INPUT DATA:
_ _ _ _ _ _ _

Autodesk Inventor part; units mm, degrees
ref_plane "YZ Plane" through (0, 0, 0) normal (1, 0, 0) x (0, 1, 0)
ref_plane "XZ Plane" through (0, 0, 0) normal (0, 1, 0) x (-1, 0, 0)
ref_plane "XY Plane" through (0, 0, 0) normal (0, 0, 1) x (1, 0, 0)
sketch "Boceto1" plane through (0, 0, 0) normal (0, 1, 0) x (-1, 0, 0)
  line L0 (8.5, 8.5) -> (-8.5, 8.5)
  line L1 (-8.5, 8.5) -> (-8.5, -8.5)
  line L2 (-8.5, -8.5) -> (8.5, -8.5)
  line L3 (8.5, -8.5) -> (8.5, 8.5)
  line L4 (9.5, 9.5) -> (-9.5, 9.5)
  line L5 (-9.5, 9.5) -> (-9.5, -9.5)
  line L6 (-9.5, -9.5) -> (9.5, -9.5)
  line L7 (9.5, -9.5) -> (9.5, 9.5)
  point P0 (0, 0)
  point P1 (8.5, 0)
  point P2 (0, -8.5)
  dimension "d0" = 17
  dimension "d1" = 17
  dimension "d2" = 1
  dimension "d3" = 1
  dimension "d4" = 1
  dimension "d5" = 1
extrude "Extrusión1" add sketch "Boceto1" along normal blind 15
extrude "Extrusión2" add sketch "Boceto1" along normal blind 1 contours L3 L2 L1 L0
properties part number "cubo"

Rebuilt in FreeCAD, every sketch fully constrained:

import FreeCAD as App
import Part
import Sketcher

V = App.Vector
Q = App.Units.Quantity


def add_polygon(sketch, points):
    """Adds a closed chain of lines whose ends are joined by coincident constraints."""
    first, n = sketch.GeometryCount, len(points)
    for a, b in zip(points, points[1:] + points[:1]):
        sketch.addGeometry(Part.LineSegment(App.Vector(*a, 0), App.Vector(*b, 0)), False)
    for i in range(n):
        sketch.addConstraint(Sketcher.Constraint("Coincident", first + i, 2, first + (i + 1) % n, 1))

doc = App.newDocument("Part")
body = doc.addObject("PartDesign::Body", "Body")

# Sketch on XZ plane
sketch1 = doc.addObject("Sketcher::SketchObject", "Sketch")
body.addObject(sketch1)
sketch1.AttachmentSupport = (doc.XZ_Plane, [""])
sketch1.MapMode = "FlatFace"
add_polygon(sketch1, [(-10, -10), (-10, 10), (10, 10), (10, -10)])  # lines 0-3
add_polygon(sketch1, [(8, 8), (-8, 8), (-8, -8), (8, -8)])  # lines 4-7
sketch1.addConstraint(Sketcher.Constraint("Vertical", 0))
sketch1.addConstraint(Sketcher.Constraint("Horizontal", 1))
sketch1.addConstraint(Sketcher.Constraint("Vertical", 2))
sketch1.addConstraint(Sketcher.Constraint("Horizontal", 3))
sketch1.addConstraint(Sketcher.Constraint("Horizontal", 4))
sketch1.addConstraint(Sketcher.Constraint("Vertical", 5))
sketch1.addConstraint(Sketcher.Constraint("Horizontal", 6))
sketch1.addConstraint(Sketcher.Constraint("Vertical", 7))
sketch1.addConstraint(Sketcher.Constraint("Symmetric", 0, 2, 2, 2, -1, 1))
sketch1.addConstraint(Sketcher.Constraint("Symmetric", 4, 2, 6, 2, -1, 1))
sketch1.addConstraint(Sketcher.Constraint("Equal", 3, 0))
sketch1.addConstraint(Sketcher.Constraint("Equal", 6, 5))
sketch1.addConstraint(Sketcher.Constraint("DistanceX", 4, 2, 4, 1, Q("17 mm")))
sketch1.addConstraint(Sketcher.Constraint("DistanceX", 0, 2, 4, 2, Q("1 mm")))
pad1 = doc.addObject("PartDesign::Pad", "Pad")
body.addObject(pad1)
pad1.Profile = sketch1
pad1.Length = 15
pad1.Reversed = True

# Sketch on XZ plane
sketch2 = doc.addObject("Sketcher::SketchObject", "Sketch001")
body.addObject(sketch2)
sketch2.AttachmentSupport = (doc.XZ_Plane, [""])
sketch2.MapMode = "FlatFace"
add_polygon(sketch2, [(-8, -8), (-8, 8), (8, 8), (8, -8)])  # lines 0-3
sketch2.addConstraint(Sketcher.Constraint("Vertical", 0))
sketch2.addConstraint(Sketcher.Constraint("Horizontal", 1))
sketch2.addConstraint(Sketcher.Constraint("Vertical", 2))
sketch2.addConstraint(Sketcher.Constraint("Horizontal", 3))
sketch2.addConstraint(Sketcher.Constraint("Symmetric", 0, 2, 2, 2, -1, 1))
sketch2.addConstraint(Sketcher.Constraint("Equal", 3, 0))
sketch2.addConstraint(Sketcher.Constraint("DistanceX", 1, 1, 1, 2, Q("17 mm")))
pad2 = doc.addObject("PartDesign::Pad", "Pad001")
body.addObject(pad2)
pad2.Profile = sketch2
pad2.Length = 1
pad2.Reversed = True

doc.recompute()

_ _ _ _ _ _ _

TO DO:
Print the material exactly. Include every line.

THE ANSWER:
Autodesk Inventor part; units mm, degrees
ref_plane "YZ Plane" through (0, 0, 0) normal (1, 0, 0) x (0, 1, 0)
ref_plane "XZ Plane" through (0, 0, 0) normal (0, 1, 0) x (-1, 0, 0)
ref_plane "XY Plane" through (0, 0, 0) normal (0, 0, 1) x (1, 0, 0)
sketch "Boceto1" plane through (0, 0, 0) normal (0, 1, 0) x (-1, 0, 0)
  line L0 (8.5, 8.5) -> (-8.5, 8.5)
  line L1 (-8.5, 8.5) -> (-8.5, -8.5)
  line L2 (-8.5, -8.5) -> (8.5, -8.5)
  line L3 (8.5, -8.5) -> (8.5, 8.5)
  line L4 (9.5, 9.5) -> (-9.5, 9.5)
  line L5 (-9.5, 9.5) -> (-9.5, -9.5)
  line L6 (-9.5, -9.5) -> (9.5, -9.5)
  line L7 (9.5, -9.5) -> (9.5, 9.5)
  point P0 (0, 0)
  point P1 (8.5, 0)
  point P2 (0, -8.5)
  dimension "d0" = 17
  dimension "d1" = 17
  dimension "d2" = 1
  dimension "d3" = 1
  dimension "d4" = 1
  dimension "d5" = 1
extrude "Extrusión1" add sketch "Boceto1" along normal blind 15
extrude "Extrusión2" add sketch "Boceto1" along normal blind 1 contours L3 L2 L1 L0
properties part number "cubo"

Rebuilt in FreeCAD, every sketch fully constrained:

import FreeCAD as App
import Part
import Sketcher

V = App.Vector
Q = App.Units.Quantity


def add_polygon(sketch, points):
    """Adds a closed chain of lines whose ends are joined by coincident constraints."""
    first, n = sketch.GeometryCount, len(points)
    for a, b in zip(points, points[1:] + points[:1]):
        sketch.addGeometry(Part.LineSegment(App.Vector(*a, 0), App.Vector(*b, 0)), False)
    for i in range(n):
        sketch.addConstraint(Sketcher.Constraint("Coincident", first + i, 2, first + (i + 1) % n, 1))

doc = App.newDocument("Part")
body = doc.addObject("PartDesign::Body", "Body")

# Sketch on XZ plane
sketch1 = doc.addObject("Sketcher::SketchObject", "Sketch")
body.addObject(sketch1)
sketch1.AttachmentSupport = (doc.XZ_Plane, [""])
sketch1.MapMode = "FlatFace"
add_polygon(sketch1, [(-10, -10), (-10, 10), (10, 10), (10, -10)])  # lines 0-3
add_polygon(sketch1, [(8, 8), (-8, 8), (-8, -8), (8, -8)])  # lines 4-7
sketch1.addConstraint(Sketcher.Constraint("Vertical", 0))
sketch1.addConstraint(Sketcher.Constraint("Horizontal", 1))
sketch1.addConstraint(Sketcher.Constraint("Vertical", 2))
sketch1.addConstraint(Sketcher.Constraint("Horizontal", 3))
sketch1.addConstraint(Sketcher.Constraint("Horizontal", 4))
sketch1.addConstraint(Sketcher.Constraint("Vertical", 5))
sketch1.addConstraint(Sketcher.Constraint("Horizontal", 6))
sketch1.addConstraint(Sketcher.Constraint("Vertical", 7))
sketch1.addConstraint(Sketcher.Constraint("Symmetric", 0, 2, 2, 2, -1, 1))
sketch1.addConstraint(Sketcher.Constraint("Symmetric", 4, 2, 6, 2, -1, 1))
sketch1.addConstraint(Sketcher.Constraint("Equal", 3, 0))
sketch1.addConstraint(Sketcher.Constraint("Equal", 6, 5))
sketch1.addConstraint(Sketcher.Constraint("DistanceX", 4, 2, 4, 1, Q("17 mm")))
sketch1.addConstraint(Sketcher.Constraint("DistanceX", 0, 2, 4, 2, Q("1 mm")))
pad1 = doc.addObject("PartDesign::Pad", "Pad")
body.addObject(pad1)
pad1.Profile = sketch1
pad1.Length = 15
pad1.Reversed = True

# Sketch on XZ plane
sketch2 = doc.addObject("Sketcher::SketchObject", "Sketch001")
body.addObject(sketch2)
sketch2.AttachmentSupport = (doc.XZ_Plane, [""])
sketch2.MapMode = "FlatFace"
add_polygon(sketch2, [(-8, -8), (-8, 8), (8, 8), (8, -8)])  # lines 0-3
sketch2.addConstraint(Sketcher.Constraint("Vertical", 0))
sketch2.addConstraint(Sketcher.Constraint("Horizontal", 1))
sketch2.addConstraint(Sketcher.Constraint("Vertical", 2))
sketch2.addConstraint(Sketcher.Constraint("Horizontal", 3))
sketch2.addConstraint(Sketcher.Constraint("Symmetric", 0, 2, 2, 2, -1, 1))
sketch2.addConstraint(Sketcher.Constraint("Equal", 3, 0))
sketch2.addConstraint(Sketcher.Constraint("DistanceX", 1, 1, 1, 2, Q("17 mm")))
pad2 = doc.addObject("PartDesign::Pad", "Pad001")
body.addObject(pad2)
pad2.Profile = sketch2
pad2.Length = 1
pad2.Reversed = True

doc.recompute()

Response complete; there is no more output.